Narcolepsie-catalepsie : maladie de Gélineau :
Maladie du du sommeil rare caractérisée par trois sortes de symptômes : des attaques irrésistibles de sommeil sur fond de somnolence récurrente, des chutes par interruption du tonus musculaire (cataplexie), et des parasomnies à type de d’hallucination et de paralysies au cours du sommeil. Il ya une exagération pathologique du besoin de dormir, tendance irrésistible au sommeil, survenant par accès. Elle peut avoir des conséquences sur les ronflements et apnées du sommeil.

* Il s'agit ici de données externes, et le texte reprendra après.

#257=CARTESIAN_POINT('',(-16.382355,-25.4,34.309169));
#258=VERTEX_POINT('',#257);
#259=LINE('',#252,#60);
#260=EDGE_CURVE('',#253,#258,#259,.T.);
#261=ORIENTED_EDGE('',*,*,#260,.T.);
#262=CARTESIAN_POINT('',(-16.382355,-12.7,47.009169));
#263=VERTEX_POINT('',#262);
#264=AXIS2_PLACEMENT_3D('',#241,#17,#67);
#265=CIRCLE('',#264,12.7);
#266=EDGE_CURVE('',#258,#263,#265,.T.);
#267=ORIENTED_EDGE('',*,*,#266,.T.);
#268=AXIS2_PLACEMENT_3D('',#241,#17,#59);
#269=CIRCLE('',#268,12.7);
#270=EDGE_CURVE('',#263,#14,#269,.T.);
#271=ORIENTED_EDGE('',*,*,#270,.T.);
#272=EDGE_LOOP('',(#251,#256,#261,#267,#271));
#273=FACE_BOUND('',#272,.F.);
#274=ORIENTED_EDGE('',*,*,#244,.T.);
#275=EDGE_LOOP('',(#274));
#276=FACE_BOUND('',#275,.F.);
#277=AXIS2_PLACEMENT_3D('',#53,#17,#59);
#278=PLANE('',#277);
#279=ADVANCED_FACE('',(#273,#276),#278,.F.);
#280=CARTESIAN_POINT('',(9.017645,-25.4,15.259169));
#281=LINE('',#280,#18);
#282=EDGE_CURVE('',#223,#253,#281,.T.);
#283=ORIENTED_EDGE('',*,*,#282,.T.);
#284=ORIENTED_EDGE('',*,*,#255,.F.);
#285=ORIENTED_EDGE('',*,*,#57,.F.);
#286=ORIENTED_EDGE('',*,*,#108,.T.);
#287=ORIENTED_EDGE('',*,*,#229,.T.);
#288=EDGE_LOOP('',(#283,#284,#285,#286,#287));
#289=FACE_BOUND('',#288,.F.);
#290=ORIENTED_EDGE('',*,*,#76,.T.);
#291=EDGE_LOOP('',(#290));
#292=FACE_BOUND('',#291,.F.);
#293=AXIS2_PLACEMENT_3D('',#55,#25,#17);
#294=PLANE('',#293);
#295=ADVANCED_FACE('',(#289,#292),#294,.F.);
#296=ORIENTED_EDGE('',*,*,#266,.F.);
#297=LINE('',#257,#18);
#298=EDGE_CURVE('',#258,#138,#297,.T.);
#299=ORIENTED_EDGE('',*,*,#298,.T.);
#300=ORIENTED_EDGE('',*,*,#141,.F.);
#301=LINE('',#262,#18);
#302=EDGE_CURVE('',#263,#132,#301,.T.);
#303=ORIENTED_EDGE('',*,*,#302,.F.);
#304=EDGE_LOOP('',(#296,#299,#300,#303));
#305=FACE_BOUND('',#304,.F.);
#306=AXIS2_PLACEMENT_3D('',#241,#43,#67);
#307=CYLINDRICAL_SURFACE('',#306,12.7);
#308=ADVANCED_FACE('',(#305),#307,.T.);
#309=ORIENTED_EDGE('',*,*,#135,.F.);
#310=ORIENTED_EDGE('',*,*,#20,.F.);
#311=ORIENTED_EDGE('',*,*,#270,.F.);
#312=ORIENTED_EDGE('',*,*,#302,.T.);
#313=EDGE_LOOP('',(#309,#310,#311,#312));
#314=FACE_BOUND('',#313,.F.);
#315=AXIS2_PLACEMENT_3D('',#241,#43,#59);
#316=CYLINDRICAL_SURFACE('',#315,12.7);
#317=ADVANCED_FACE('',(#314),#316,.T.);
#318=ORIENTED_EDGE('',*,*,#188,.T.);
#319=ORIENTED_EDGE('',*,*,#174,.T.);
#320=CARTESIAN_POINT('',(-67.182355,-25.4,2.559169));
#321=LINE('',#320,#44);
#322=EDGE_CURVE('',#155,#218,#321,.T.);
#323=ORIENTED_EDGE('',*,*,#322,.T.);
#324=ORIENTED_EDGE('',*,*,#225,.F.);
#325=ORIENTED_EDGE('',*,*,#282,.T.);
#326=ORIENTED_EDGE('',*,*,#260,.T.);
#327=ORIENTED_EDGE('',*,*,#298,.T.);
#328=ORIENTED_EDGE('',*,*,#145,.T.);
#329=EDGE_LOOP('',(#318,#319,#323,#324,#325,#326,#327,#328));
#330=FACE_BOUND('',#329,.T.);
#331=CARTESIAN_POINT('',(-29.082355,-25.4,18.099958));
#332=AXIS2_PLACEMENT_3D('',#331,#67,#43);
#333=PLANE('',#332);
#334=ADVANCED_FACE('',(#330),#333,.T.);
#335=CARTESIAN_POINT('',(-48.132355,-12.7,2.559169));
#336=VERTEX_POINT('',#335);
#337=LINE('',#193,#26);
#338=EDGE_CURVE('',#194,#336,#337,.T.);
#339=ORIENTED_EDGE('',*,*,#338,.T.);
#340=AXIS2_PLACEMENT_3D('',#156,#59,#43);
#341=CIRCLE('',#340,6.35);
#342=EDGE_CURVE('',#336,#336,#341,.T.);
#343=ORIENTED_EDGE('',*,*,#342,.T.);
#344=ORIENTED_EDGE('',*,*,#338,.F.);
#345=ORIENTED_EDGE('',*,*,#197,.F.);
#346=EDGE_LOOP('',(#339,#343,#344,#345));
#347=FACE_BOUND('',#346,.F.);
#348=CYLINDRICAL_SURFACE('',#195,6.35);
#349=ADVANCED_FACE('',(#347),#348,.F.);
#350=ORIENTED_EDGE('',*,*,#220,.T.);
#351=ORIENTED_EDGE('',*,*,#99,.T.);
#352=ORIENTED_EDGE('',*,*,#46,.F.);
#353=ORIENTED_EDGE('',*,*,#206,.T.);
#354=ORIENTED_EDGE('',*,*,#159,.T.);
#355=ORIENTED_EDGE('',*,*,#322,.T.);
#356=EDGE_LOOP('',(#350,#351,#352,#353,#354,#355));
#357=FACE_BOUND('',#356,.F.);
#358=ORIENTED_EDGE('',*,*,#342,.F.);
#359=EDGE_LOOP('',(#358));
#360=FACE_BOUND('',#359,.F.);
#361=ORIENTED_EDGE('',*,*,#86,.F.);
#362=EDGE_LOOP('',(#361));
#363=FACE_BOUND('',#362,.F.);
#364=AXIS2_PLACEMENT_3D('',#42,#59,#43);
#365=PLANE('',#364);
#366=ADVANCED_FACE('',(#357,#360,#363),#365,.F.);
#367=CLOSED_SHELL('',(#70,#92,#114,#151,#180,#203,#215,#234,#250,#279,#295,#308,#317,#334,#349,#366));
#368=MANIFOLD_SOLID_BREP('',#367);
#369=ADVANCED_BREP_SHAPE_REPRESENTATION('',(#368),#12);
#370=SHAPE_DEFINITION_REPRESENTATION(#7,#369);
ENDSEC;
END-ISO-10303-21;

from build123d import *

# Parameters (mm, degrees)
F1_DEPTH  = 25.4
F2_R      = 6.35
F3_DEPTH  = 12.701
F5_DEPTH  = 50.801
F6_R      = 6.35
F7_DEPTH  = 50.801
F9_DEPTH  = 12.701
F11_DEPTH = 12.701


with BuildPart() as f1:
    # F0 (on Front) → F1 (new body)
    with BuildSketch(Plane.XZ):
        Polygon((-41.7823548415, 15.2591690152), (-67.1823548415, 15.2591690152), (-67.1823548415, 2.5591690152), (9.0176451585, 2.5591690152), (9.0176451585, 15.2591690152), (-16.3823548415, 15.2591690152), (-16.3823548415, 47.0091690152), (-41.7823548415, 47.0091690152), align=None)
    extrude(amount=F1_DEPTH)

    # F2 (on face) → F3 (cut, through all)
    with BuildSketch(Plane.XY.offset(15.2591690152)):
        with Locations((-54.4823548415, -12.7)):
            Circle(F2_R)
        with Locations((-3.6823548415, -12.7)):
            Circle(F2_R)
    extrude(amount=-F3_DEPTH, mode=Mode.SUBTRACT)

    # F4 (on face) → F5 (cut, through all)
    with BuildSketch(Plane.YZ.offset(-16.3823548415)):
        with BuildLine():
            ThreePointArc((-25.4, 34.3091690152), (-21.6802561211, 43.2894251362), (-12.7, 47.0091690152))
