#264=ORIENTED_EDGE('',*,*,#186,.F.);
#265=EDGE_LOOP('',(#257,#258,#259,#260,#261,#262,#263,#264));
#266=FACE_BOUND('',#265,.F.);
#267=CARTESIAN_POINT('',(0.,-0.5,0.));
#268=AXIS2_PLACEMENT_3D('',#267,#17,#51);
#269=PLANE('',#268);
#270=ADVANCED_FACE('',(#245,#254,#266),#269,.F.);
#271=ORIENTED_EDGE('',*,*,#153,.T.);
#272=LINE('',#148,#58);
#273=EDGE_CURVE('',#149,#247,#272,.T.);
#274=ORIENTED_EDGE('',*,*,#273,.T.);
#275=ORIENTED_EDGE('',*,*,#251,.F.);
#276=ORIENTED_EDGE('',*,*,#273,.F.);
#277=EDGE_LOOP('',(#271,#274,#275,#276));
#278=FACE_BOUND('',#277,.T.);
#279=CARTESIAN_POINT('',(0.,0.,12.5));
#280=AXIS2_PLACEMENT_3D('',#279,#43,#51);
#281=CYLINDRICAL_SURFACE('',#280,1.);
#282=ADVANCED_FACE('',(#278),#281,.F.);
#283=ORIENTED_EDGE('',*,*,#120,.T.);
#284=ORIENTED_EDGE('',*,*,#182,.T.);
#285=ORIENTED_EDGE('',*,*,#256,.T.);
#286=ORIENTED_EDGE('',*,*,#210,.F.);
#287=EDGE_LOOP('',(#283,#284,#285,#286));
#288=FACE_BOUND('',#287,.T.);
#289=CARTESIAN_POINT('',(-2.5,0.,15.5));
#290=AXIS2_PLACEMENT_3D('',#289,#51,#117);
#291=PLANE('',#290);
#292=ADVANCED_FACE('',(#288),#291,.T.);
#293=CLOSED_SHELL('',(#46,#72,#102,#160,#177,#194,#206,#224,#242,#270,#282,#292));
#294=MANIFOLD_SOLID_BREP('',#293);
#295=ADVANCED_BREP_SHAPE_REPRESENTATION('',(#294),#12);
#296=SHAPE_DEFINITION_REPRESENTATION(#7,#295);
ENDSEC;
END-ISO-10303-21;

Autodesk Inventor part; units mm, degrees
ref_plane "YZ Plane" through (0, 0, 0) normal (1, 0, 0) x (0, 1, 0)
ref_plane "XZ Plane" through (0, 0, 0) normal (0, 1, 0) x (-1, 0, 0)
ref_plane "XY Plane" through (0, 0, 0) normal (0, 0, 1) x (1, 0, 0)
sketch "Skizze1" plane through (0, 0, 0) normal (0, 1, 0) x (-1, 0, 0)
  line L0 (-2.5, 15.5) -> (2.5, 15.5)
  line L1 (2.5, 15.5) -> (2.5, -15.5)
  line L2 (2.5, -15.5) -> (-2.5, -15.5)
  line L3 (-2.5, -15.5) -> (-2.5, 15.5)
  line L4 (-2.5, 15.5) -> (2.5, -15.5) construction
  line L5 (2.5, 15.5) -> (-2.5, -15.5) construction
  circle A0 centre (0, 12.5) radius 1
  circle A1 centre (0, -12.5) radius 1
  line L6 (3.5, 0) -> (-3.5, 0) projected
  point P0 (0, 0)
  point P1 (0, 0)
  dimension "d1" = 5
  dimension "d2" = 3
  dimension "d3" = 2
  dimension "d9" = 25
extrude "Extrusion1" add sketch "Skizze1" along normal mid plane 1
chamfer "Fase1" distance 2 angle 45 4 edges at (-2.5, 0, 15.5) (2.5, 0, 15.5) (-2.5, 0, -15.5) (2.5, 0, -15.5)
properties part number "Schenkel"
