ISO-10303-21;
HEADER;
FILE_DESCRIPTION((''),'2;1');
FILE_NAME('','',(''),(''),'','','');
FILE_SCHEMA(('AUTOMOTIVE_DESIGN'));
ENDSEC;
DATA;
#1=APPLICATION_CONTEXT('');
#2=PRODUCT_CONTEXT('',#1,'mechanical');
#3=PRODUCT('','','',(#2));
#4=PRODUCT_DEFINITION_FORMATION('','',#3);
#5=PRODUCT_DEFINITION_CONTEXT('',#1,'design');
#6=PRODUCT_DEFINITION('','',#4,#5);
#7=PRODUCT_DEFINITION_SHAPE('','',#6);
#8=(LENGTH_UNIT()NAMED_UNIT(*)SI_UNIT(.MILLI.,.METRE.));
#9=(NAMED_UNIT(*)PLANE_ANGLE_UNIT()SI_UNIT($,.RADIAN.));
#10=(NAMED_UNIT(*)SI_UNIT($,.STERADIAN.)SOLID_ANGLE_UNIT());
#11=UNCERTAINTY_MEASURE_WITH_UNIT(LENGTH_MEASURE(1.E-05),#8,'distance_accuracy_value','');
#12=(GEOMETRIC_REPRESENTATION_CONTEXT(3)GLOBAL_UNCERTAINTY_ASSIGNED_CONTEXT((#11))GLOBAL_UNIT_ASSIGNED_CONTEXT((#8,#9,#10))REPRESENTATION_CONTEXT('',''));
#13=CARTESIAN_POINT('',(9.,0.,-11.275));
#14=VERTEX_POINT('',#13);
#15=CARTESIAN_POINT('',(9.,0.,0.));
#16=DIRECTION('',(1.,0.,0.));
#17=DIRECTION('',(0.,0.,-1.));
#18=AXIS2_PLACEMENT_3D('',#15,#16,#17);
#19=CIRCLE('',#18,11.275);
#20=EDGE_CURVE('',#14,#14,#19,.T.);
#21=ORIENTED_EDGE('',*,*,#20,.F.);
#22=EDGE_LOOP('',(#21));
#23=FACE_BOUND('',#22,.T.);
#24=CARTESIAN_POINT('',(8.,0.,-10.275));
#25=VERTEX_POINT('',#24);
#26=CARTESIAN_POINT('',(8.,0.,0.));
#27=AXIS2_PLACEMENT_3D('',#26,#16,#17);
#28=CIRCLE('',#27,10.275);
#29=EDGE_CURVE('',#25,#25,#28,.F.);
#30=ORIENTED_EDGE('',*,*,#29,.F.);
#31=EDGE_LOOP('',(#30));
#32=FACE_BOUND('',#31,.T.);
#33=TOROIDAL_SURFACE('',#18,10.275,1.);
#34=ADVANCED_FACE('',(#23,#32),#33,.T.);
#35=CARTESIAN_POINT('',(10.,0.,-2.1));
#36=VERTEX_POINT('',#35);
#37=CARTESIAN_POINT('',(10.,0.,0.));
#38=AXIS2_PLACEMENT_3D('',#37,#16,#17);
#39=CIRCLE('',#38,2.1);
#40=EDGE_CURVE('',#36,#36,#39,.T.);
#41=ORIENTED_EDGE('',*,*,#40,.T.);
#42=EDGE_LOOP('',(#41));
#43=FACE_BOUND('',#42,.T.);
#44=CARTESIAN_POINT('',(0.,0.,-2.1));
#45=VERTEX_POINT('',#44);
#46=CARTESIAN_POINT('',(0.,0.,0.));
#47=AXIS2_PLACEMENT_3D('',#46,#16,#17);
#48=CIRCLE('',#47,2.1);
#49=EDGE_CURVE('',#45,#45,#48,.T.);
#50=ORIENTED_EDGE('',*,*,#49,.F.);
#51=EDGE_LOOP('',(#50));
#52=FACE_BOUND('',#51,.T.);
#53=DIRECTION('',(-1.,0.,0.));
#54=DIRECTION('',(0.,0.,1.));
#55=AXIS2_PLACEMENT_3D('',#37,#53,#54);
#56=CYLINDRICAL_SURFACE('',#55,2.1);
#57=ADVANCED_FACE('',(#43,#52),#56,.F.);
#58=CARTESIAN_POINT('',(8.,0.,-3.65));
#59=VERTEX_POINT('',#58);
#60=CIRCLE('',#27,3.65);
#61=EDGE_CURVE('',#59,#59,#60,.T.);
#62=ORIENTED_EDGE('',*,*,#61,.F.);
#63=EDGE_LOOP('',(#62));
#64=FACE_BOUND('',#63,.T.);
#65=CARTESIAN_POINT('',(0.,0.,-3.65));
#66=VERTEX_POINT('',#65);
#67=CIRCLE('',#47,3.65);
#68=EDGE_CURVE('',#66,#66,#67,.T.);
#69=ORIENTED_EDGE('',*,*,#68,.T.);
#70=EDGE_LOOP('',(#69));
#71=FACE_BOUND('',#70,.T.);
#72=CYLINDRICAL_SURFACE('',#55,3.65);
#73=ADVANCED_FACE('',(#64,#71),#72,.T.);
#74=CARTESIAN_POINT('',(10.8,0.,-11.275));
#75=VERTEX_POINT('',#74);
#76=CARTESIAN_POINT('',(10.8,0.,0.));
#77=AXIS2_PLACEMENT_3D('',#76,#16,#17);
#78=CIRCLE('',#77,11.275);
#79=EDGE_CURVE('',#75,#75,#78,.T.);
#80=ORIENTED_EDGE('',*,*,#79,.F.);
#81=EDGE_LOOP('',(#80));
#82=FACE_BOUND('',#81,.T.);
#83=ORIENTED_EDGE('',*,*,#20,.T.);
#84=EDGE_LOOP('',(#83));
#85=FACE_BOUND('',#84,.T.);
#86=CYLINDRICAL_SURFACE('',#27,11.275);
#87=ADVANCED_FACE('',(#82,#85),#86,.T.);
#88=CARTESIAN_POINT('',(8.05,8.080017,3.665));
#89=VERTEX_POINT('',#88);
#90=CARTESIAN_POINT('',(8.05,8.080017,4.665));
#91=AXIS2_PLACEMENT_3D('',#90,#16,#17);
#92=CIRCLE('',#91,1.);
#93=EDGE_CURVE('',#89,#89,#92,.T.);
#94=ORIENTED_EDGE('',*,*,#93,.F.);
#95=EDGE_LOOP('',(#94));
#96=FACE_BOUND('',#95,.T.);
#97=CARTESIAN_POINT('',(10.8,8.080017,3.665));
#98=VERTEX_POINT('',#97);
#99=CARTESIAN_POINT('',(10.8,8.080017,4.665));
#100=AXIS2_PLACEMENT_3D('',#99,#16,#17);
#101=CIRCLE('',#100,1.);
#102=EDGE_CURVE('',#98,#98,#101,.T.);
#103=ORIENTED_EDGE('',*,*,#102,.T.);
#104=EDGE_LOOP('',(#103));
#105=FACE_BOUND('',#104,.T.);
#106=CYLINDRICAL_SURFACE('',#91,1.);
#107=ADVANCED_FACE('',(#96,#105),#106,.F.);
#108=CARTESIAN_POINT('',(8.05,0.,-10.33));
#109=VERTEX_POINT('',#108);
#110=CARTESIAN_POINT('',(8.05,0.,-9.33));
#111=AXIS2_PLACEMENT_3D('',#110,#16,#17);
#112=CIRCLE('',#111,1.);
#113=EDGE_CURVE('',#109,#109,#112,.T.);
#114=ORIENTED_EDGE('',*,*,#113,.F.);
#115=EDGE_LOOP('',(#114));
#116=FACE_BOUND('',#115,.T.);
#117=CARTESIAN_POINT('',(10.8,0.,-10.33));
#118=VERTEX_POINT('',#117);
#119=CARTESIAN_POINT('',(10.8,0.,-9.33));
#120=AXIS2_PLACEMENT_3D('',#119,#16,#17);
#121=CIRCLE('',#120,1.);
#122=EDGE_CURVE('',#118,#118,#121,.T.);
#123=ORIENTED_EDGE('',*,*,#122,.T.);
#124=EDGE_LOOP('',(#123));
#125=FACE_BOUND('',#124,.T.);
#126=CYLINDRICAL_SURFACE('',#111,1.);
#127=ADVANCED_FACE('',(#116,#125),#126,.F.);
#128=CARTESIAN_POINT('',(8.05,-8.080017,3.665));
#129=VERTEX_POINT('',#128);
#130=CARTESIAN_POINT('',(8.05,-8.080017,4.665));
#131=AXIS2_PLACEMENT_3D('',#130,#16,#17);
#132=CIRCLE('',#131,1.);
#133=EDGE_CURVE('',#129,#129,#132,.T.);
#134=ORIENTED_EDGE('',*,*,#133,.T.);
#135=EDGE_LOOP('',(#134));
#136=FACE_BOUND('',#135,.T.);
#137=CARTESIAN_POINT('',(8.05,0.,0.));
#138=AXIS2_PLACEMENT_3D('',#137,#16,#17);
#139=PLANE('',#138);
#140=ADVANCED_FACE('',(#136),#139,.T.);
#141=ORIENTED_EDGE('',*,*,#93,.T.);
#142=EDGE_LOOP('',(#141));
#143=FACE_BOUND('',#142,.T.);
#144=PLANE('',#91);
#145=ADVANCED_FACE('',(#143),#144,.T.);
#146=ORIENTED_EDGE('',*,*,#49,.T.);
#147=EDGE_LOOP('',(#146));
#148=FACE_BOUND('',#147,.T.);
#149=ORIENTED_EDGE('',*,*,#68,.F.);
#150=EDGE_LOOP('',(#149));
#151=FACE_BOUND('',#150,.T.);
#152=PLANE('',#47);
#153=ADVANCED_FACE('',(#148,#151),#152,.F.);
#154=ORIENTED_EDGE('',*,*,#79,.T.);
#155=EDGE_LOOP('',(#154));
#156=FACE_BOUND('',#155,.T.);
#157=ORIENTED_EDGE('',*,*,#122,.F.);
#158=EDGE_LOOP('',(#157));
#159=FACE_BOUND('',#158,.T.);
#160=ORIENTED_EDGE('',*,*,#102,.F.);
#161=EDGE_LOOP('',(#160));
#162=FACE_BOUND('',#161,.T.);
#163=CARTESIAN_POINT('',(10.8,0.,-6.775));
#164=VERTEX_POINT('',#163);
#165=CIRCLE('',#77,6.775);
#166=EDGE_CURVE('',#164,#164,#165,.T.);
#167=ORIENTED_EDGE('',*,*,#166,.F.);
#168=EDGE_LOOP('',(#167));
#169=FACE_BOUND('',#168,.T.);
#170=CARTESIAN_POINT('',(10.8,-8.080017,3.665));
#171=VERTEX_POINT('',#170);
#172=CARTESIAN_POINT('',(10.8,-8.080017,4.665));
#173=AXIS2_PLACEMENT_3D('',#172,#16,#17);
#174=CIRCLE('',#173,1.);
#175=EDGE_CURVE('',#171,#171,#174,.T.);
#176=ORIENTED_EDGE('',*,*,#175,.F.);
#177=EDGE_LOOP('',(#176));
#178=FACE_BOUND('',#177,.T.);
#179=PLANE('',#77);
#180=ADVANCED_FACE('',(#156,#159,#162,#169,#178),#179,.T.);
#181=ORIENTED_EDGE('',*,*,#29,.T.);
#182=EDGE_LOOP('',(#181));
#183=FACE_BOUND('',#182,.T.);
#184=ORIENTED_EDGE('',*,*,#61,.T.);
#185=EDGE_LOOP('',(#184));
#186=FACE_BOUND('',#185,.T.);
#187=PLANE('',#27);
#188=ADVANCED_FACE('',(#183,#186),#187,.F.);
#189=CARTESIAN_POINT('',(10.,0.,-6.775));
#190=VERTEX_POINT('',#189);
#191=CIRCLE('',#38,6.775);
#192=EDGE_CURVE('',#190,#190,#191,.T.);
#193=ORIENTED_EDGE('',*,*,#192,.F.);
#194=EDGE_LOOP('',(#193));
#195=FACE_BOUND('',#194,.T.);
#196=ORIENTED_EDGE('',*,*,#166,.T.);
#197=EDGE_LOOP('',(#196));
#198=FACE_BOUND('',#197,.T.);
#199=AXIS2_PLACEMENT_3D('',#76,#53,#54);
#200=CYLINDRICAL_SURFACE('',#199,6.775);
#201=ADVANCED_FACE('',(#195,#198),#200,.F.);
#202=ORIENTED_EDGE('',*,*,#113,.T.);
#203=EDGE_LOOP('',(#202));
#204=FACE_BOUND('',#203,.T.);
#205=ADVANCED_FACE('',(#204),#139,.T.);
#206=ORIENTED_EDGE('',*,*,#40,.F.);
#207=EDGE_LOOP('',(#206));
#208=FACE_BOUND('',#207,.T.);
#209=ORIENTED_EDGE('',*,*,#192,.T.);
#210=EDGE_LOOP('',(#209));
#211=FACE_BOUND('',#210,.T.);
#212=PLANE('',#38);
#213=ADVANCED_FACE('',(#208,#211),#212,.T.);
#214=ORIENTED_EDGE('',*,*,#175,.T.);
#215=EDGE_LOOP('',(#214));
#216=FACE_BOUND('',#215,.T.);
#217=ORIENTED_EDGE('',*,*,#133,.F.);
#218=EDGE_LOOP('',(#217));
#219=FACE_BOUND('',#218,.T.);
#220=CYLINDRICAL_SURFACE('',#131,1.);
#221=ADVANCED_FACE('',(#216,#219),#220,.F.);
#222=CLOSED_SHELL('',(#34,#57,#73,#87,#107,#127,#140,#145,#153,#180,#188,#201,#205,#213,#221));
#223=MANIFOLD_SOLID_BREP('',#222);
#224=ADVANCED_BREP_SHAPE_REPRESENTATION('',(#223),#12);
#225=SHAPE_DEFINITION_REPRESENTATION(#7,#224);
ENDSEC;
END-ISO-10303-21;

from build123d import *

# Parameters (mm, degrees)
SKETCH3_R           = 3.65
SKETCH3_R_2         = 2.1
BOSS_EXTRUDE3_DEPTH = 10
BOSS_EXTRUDE5_START = -2
SKETCH10_R          = 11.275
SKETCH10_R_2        = 2.1
BOSS_EXTRUDE5_DEPTH = 2
SKETCH11_R          = 11.275
SKETCH11_R_2        = 6.775
BOSS_EXTRUDE6_DEPTH = 0.8
SKETCH12_R          = 1
CUT_EXTRUDE2_DEPTH  = 2.75
FILLET3_R           = 1


with BuildPart() as part:
    # Sketch3 → Boss-Extrude3 (new body)
    with BuildSketch(Plane(origin=(0, 0, 0), x_dir=(0, 0, -1), z_dir=(1, 0, 0))):
        Circle(SKETCH3_R)
        Circle(SKETCH3_R_2, mode=Mode.SUBTRACT)
    extrude(amount=BOSS_EXTRUDE3_DEPTH)

    # Sketch10 → Boss-Extrude5 (add)
    with BuildSketch(Plane(origin=(10, 0, 0), x_dir=(0, 0, -1), z_dir=(1, 0, 0)).offset(BOSS_EXTRUDE5_START)):
        Circle(SKETCH10_R)
        Circle(SKETCH10_R_2, mode=Mode.SUBTRACT)
    extrude(amount=BOSS_EXTRUDE5_DEPTH)

    # Sketch11 → Boss-Extrude6 (add)
    with BuildSketch(Plane(origin=(10, 0, 0), x_dir=(0, 0, -1), z_dir=(1, 0, 0))):
        Circle(SKETCH11_R)
        Circle(SKETCH11_R_2, mode=Mode.SUBTRACT)
    extrude(amount=BOSS_EXTRUDE6_DEPTH)

    # Sketch12 → Cut-Extrude2 (cut)
    with BuildSketch(Plane(origin=(10.8, 0, 0), x_dir=(0, 0, -1), z_dir=(1, 0, 0))):
        with Locations((9.33, 0)):
            Circle(SKETCH12_R)
        with Locations((-4.665, 8.080017017)):
            Circle(SKETCH12_R)
        with Locations((-4.665, -8.080017017)):
            Circle(SKETCH12_R)
    extrude(amount=-CUT_EXTRUDE2_DEPTH, mode=Mode.SUBTRACT)

    # Fillet3
    fillet3_edges = [part.edges().sort_by_distance(p)[0] for p in [
        (8, 0, 11.275),
    ]]
    fillet(fillet3_edges, radius=FILLET3_R)


solid = part.part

La maladie est marquée par un important déterminisme familial.
o Somnolence diurne excessive (SDE) : Les accès de sommeil sont pluri-quotidiens. Ils sont de durée variable selon les circonstances dans lesquelles ils se produisent. Ils sont imprévisibles et très difficilement contrôlables. Ils connaissent des horaires électifs, dans l’heure suivant le lever, dans la deuxième partie de la matinée et en début d’après-midi. Ils sont rafraichissants, le sujet se réveille en forme après sa sieste (contrairement à l’hypersomnie où elle est suivie d’une sensation d’ivresse ou de confusion importante).
Cette somnolence se traduit aussi par des épisodes de confusion à type d’activité automatique, rangement d’objets dans des lieux insolites, paroles totalement en dehors du contexte, conduite d’un véhicule sur plusieurs kilomètres sans aucun souvenir du parcours effectué.
o La Cataplexie est une abolition du tonus musculaire affectant un groupe de muscles :
- muscles du visage (provoquant rictus et impossibilité d’articuler les mots)
- muscles du cou, d’où la chute de la tête en avant ;
- muscles extenseurs des jambes avec déverrouillage des genoux ;
- la totalité des muscles, entraînant la chute cataplexique.
On peut déclencher la cataplexie par une circonstance positive (rire, satisfaction), moins souvent par une circonstance négative (colère, déception).
o Les hallucinations touchent tous les sens (vue, odorat, tact). L’hallucination le plus souvent rapportée donne l’impression de sentir la présence d’une personne inamicale. Cette sensation est si réelle qu’elle peut être effrayante (au point que certains sujets placent une arme dans le tiroir de leur table de nuit par exemple).o Les paralysies du sommeil sont une incapacité à mobiliser les muscles volontaires, survenant à l’endormissement ou au réveil et parfois accompagnée d’une hallucination. Le sujet ne peut ni bouger ni crier (il ne peut que mobiliser ses yeux).
o Les troubles de l’architecture du sommeil sont caractéristiques de la maladie. Le sujet s’endort rapidement après le coucher mais son sommeil est fragmenté par des éveils et des parasomnies associées à une activité onirique (rêves) profuse, voire des troubles du comportement en sommeil paradoxal, au cours desquels il est susceptible de se comporter comme s’il était en train de vivre son rêve.
Lors des enregistrements on observe, de façon typique, des endormissements directement en sommeil paradoxal, alors que le sommeil normal présente une latence du SP d’au moins 60 minutes.